Actually it isn't the selling of the frogs that is the problem as the problem of misreresented or misidentified hybrid/crossed frogs occurs regardless of how the frogs are transferred to another person whether it is by sale, gift, theft or even left in a will. Attempting to restrict the problem to sales is a mischaracterization of the problem.


----------



## jpstod (Sep 8, 2005)

I will point out that I did not Mention Mixing at all in My Question..It was another Board member who brought it into the Subject.


----------



## Ed (Sep 19, 2004)

jpstod said:


> There is a Difference in intentionally Starving them and letting Nature take its course even in an artificial environment. If a Frog Lays say 6 eggs which survive and becomes tadpoles and if they are feed sterile eggs by the Mother she may say feed only 4 and allow 2 to die. That is Natural because she may not produce enough..Or a Female might select a Brom which dries faster than another the Tad would die.
> 
> I do not advocate intentional starvation in any way.

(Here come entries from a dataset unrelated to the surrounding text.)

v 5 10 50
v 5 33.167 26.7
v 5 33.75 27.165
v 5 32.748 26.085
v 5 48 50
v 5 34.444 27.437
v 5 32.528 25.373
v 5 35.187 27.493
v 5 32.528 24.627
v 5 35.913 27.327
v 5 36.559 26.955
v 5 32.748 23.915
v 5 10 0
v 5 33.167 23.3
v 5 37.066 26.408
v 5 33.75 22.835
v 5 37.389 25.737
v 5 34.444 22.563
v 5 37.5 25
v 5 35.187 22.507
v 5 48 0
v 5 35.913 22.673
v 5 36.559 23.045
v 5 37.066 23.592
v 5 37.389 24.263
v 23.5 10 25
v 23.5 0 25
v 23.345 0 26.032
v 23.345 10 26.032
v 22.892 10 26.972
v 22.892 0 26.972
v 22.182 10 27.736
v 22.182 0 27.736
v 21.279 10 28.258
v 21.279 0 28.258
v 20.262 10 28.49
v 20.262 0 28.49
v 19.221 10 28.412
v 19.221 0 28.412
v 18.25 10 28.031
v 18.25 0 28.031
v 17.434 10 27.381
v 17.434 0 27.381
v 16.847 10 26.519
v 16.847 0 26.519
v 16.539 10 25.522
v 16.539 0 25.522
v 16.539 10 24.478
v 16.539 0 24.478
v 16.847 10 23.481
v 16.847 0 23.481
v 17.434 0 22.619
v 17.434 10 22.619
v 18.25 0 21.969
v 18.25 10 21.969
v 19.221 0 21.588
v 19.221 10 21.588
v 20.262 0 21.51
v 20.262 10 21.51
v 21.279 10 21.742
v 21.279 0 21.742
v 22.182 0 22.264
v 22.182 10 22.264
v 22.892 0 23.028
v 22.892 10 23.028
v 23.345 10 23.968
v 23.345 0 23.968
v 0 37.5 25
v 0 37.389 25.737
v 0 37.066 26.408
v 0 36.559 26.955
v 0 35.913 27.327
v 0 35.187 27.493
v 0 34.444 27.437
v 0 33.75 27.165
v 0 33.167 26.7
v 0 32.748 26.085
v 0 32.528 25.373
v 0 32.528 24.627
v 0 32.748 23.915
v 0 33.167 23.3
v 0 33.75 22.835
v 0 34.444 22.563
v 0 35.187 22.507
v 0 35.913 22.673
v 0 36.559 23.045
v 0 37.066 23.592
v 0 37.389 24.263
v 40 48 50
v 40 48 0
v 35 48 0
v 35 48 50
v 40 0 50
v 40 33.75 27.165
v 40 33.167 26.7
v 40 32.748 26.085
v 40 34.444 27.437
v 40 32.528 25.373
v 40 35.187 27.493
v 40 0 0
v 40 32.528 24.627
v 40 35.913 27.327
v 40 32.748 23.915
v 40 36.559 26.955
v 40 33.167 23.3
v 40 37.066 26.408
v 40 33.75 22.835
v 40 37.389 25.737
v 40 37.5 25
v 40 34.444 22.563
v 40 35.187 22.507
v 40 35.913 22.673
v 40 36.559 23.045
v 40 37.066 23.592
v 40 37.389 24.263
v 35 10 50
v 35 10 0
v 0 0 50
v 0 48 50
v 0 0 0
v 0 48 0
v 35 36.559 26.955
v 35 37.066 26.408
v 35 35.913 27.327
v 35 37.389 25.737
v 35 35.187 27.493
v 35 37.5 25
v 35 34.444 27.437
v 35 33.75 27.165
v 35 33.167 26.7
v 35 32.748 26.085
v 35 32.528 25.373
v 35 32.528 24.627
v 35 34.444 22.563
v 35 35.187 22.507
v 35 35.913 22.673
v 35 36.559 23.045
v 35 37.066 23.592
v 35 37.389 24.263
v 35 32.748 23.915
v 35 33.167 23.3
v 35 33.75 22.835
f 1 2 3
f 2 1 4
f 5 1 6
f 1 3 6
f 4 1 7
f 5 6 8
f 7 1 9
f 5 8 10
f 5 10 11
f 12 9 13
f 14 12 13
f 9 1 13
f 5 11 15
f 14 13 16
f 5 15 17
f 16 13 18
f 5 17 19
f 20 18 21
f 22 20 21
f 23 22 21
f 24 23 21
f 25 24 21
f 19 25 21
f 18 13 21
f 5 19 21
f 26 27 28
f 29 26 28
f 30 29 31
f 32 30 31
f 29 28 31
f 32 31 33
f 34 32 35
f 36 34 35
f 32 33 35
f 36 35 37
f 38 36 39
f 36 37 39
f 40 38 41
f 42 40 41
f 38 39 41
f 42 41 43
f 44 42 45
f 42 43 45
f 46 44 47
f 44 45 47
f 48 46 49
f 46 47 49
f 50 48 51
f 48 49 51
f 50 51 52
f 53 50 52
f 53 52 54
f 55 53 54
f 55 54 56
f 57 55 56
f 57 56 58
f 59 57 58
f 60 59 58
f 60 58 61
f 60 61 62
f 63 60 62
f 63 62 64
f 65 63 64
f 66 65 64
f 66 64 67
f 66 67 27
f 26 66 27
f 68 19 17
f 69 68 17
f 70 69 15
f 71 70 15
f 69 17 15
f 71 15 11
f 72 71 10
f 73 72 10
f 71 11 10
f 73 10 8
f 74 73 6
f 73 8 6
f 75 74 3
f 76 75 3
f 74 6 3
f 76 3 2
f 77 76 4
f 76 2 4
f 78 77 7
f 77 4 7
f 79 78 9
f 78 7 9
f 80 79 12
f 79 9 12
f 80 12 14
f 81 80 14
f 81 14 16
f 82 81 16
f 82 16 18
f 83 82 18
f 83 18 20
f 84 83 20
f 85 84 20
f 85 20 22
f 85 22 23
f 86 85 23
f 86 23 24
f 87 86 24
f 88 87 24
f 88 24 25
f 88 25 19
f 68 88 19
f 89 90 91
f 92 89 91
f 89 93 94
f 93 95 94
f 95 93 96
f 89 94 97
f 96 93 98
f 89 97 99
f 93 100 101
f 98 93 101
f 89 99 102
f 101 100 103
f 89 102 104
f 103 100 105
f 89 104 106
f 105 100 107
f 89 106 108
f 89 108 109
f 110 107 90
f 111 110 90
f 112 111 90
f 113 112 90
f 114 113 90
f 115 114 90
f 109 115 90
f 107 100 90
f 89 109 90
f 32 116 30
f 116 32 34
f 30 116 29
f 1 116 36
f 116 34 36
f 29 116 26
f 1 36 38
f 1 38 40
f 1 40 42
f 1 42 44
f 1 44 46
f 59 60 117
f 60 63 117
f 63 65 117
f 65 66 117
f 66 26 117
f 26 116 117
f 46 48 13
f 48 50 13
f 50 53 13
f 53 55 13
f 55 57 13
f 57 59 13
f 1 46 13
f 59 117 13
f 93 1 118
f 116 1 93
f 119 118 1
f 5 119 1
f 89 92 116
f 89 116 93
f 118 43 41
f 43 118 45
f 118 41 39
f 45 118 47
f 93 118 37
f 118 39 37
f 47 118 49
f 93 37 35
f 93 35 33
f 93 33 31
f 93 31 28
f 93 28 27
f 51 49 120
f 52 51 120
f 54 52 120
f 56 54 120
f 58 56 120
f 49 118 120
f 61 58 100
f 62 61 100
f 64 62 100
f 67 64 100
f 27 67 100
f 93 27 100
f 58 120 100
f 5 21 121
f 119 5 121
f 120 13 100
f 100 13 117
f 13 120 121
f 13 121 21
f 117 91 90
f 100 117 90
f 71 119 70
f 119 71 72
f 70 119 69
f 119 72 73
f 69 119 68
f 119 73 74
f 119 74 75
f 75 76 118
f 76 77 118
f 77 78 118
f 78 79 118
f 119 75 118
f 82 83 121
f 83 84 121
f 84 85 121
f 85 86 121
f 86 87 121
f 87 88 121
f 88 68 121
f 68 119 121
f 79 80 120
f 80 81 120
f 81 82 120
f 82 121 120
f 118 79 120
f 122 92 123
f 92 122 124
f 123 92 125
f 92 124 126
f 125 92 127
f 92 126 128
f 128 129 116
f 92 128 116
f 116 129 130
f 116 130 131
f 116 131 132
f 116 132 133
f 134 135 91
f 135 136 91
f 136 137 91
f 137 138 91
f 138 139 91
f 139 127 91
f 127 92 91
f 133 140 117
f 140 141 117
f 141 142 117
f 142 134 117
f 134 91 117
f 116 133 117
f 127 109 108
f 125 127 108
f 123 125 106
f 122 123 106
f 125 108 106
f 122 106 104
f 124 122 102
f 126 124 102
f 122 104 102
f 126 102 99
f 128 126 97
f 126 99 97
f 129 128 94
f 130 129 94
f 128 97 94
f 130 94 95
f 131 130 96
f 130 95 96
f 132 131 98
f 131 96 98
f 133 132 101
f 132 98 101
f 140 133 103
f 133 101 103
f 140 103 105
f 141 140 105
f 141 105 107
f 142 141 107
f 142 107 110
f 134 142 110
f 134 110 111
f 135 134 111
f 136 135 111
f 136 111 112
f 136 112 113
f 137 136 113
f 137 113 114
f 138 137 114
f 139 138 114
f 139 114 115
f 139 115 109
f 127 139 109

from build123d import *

# Parameters (mm, degrees)
F1_DEPTH = 50
F2_R     = 3.5
F3_DEPTH = 25
F4_R     = 2.5
F5_DEPTH = 40.001


with BuildPart() as f1:
    # F0 (on Top) → F1 (new body)
    with BuildSketch(Plane.XY):
        Polygon((0, 48), (0, 0), (40, 0), (40, 48), (35, 48), (35, 10), (5, 10), (5, 48), align=None)
    extrude(amount=F1_DEPTH)

    # F2 (on face) → F3 (cut)
    with BuildSketch(Plane.XZ):
        with Locations((20, 25)):
            Circle(F2_R)
    extrude(amount=-F3_DEPTH, mode=Mode.SUBTRACT)

    # F4 (on face) → F5 (cut, through all)
    with BuildSketch(Plane.YZ.offset(40)):
        with Locations((35, 25)):
            Circle(F4_R)
    extrude(amount=-F5_DEPTH, mode=Mode.SUBTRACT)


solid = f1.part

You cannot define the result of an action in an artificial enviroment as natural in any way. To use your example, the bromeilad drying too quickly is the result of either husbandry (too little water flowing into the bromeliad, and/or too little light resulting in growth that is poor at holding water and/or incorrect bromeliad choices on the part of the keeper, and/or insufficient options for tadpole deposition...) 

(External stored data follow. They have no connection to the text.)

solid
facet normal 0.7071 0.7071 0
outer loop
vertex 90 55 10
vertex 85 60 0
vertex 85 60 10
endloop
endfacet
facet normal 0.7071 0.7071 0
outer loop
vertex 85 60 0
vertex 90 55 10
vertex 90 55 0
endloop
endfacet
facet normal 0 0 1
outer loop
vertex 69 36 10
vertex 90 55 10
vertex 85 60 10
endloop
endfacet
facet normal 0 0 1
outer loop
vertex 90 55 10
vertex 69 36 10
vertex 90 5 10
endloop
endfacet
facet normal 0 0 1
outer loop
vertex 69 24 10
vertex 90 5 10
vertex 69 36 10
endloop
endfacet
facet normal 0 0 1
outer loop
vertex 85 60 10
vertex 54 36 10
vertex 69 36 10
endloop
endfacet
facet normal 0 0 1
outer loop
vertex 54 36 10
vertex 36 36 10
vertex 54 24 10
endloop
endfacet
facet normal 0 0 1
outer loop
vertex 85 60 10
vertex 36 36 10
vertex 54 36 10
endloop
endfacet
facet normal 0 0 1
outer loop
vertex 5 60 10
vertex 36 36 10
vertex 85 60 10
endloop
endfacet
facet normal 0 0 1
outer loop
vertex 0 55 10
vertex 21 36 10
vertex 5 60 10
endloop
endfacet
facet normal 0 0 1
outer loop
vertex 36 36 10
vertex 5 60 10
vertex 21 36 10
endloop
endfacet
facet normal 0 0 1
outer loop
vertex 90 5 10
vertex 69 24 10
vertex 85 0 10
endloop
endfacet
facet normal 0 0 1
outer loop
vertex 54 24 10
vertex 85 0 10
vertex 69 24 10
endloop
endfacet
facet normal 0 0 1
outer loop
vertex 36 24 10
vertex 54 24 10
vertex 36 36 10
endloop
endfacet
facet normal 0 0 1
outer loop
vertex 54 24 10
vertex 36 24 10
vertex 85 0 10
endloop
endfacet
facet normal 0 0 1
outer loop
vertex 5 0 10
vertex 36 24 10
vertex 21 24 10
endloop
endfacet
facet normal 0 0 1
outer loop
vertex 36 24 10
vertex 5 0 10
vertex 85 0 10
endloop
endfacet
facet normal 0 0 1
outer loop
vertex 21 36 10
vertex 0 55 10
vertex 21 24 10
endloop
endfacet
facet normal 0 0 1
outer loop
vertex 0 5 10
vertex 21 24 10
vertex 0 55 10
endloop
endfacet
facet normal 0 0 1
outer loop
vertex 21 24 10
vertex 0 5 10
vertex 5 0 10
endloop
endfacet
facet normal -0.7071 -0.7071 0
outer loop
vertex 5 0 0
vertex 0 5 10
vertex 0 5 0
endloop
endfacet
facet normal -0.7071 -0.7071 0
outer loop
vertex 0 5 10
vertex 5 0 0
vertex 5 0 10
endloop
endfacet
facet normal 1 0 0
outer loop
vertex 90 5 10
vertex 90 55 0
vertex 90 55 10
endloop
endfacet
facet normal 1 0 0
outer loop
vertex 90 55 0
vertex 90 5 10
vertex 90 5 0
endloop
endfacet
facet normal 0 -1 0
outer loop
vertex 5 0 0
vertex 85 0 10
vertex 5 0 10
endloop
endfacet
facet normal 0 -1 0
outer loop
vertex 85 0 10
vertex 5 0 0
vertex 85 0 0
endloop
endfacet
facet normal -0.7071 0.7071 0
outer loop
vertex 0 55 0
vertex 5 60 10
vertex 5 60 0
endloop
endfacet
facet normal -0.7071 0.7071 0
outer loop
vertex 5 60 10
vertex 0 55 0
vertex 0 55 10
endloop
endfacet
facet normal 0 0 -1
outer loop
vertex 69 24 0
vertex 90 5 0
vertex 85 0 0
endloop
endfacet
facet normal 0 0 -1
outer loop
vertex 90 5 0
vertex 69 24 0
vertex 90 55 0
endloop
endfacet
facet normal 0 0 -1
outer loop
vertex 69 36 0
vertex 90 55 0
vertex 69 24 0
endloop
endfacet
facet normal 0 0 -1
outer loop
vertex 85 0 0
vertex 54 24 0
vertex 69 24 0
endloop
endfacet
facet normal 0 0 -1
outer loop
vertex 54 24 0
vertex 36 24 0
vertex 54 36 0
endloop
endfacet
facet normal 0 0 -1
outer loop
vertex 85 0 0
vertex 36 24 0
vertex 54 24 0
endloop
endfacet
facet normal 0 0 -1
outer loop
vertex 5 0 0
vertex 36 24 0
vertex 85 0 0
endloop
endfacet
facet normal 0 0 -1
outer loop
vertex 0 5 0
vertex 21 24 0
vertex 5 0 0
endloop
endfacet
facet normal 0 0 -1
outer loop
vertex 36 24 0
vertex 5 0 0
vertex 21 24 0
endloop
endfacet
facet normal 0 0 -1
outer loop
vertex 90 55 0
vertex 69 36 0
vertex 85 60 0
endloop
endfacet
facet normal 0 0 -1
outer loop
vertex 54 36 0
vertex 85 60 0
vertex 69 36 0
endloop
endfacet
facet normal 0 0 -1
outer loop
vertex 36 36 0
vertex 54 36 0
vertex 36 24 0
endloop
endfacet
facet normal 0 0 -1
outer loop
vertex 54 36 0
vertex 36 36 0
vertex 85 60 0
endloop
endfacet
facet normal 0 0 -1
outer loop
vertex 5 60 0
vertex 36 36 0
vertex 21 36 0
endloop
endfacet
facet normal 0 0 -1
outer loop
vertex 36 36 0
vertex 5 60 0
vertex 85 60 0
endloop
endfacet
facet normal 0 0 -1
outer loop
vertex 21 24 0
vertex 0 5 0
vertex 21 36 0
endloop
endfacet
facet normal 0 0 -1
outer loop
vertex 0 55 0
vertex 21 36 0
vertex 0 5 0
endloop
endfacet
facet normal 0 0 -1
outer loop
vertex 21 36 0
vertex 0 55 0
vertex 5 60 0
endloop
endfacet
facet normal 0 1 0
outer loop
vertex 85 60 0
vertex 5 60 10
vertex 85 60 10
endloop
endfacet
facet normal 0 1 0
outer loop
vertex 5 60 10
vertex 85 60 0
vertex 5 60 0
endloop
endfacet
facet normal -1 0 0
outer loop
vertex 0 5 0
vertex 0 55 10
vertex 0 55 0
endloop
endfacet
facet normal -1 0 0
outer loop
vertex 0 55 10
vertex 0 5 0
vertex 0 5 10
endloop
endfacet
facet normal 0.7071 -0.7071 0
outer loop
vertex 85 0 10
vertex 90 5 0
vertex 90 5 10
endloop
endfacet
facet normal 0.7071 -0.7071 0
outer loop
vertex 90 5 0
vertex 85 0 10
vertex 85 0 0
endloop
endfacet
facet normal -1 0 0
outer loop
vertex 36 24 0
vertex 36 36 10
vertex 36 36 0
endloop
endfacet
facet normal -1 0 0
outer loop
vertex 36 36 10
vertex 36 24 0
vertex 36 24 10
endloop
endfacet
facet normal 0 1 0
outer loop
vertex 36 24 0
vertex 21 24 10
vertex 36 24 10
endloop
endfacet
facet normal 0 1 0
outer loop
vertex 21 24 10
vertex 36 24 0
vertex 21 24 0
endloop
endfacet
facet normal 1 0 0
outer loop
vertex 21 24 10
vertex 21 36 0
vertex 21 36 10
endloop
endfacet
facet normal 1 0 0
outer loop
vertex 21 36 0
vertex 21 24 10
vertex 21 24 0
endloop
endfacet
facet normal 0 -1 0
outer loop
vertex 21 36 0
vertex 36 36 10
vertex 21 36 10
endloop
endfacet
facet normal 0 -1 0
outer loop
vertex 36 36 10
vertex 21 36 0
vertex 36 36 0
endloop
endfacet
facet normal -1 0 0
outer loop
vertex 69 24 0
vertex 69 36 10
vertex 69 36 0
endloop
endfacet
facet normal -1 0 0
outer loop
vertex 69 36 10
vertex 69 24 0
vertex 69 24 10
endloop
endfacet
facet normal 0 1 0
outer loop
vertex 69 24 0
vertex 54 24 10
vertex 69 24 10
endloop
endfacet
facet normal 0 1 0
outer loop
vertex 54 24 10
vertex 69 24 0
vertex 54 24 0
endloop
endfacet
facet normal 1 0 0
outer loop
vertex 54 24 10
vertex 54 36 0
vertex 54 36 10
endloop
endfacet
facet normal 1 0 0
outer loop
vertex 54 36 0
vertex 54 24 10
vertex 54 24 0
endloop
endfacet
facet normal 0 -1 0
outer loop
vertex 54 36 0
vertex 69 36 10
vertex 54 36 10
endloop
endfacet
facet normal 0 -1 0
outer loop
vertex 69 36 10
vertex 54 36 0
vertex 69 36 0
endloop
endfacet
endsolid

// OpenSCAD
$fn = 32;

// ----------------------------------------------------------------------
// Windowed plate: 2 voids, 90 x 60 x 10 mm
// ----------------------------------------------------------------------

// --- parameters (mm) ---
plate_l = 90;             // plate length, X
plate_w = 60;             // plate width, Y
plate_t = 10;             // plate thickness, Z
edge_margin = 12;         // wall from the plate edge to any window
windows = 2;              // number of windows in the row
win_l = 15;               // window length
win_w = 12;               // window width
win_pitch = 33;           // window pitch along X
depth_1 = 10;             // depth of void 1 (full thickness = through)
depth_2 = 10;             // depth of void 2 (full thickness = through)
corner_c = 5;             // corner chamfer of the plate

profile = [[5, 0], [85, 0], [90, 5], [90, 55], [85, 60], [5, 60], [0, 55], [0, 5]];  // primary outline, 8 points, counter clockwise
void_1 = [[21, 24], [36, 24], [36, 36], [21, 36]];  // window 1 of the row, 4 points
void_2 = [[54, 24], [69, 24], [69, 36], [54, 36]];  // window 2 of the row, 4 points

// --- the one profile operation ---
difference() {
  linear_extrude(height = plate_t) polygon(points = profile);
  translate([0, 0, -1])
    linear_extrude(height = plate_t + 2) polygon(points = void_1);
  translate([0, 0, -1])
    linear_extrude(height = plate_t + 2) polygon(points = void_2);
}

As for the starvation issue... I already addressed how it is unnatural with it due to husbandry problems above and your argument skips over those points.. On what proof are you arguing that in the wild the female would be unable to rear all six eggs? 

Ed


----------



## Tony (Oct 13, 2008)

jpstod said:


> I will point out that I did not Mention Mixing at all in My Question..It was another Board member who brought it into the Subject.


The first post in the topic:


jpstod said:


> I am just curious Why does everyone assume that anyone who has Frogs will raise and Sell Offspring...especially if they have a Mixed Species Tank.
> 
> Is there a Law which requires every Frogger to Sell Offspring that I am unaware of?


----------



## jpstod (Sep 8, 2005)

Ed said:


> Actually it isn't the selling of the frogs that is the problem as the problem of misreresented or misidentified hybrid/crossed frogs occurs regardless of how the frogs are transferred to another person whether it is by sale, gift, theft or even left in a will. Attempting to restrict the problem to sales is a mischaracterization of the problem.


Thank you Ed that is a much more Constructive reason than just because of selling. Many People are not true experts on frogs and I can see where that would be a problem especially even a person as myself trying to educate people on PDFs were to display them. Imagine a Red Azures with pink noses and purple legs. And people believing that is what they look like in the wild. I truly can not identify all species by sight and rely on what people say they are. I do not advocate any type of "Morph" breeding of any animals...especially for the purpose of making money. We know it happens. I do not buy Designer Animals.


----------



## Ed (Sep 19, 2004)

You also need to take into account the many posts in the identification thread that start with "got this frog, can anyone tell me what it is".. we know that there can be significant variation within a "morph" and that some of those variations can closely match another population of the frogs (and this is even before we account for changes that can occur if the frog in question is a froglet). This is where we can run significant risks of hybrid/crossed frogs. 

Ed


----------



## jpstod (Sep 8, 2005)

Tony said:


> The first post in the topic:


I stand Corrected My Apologies. Thats what happens when You post at 0357 Local time after being up 22 Hours straight and Reply from Emails instead of Going back and reading the whole conversation. I do tend to forget what I posted.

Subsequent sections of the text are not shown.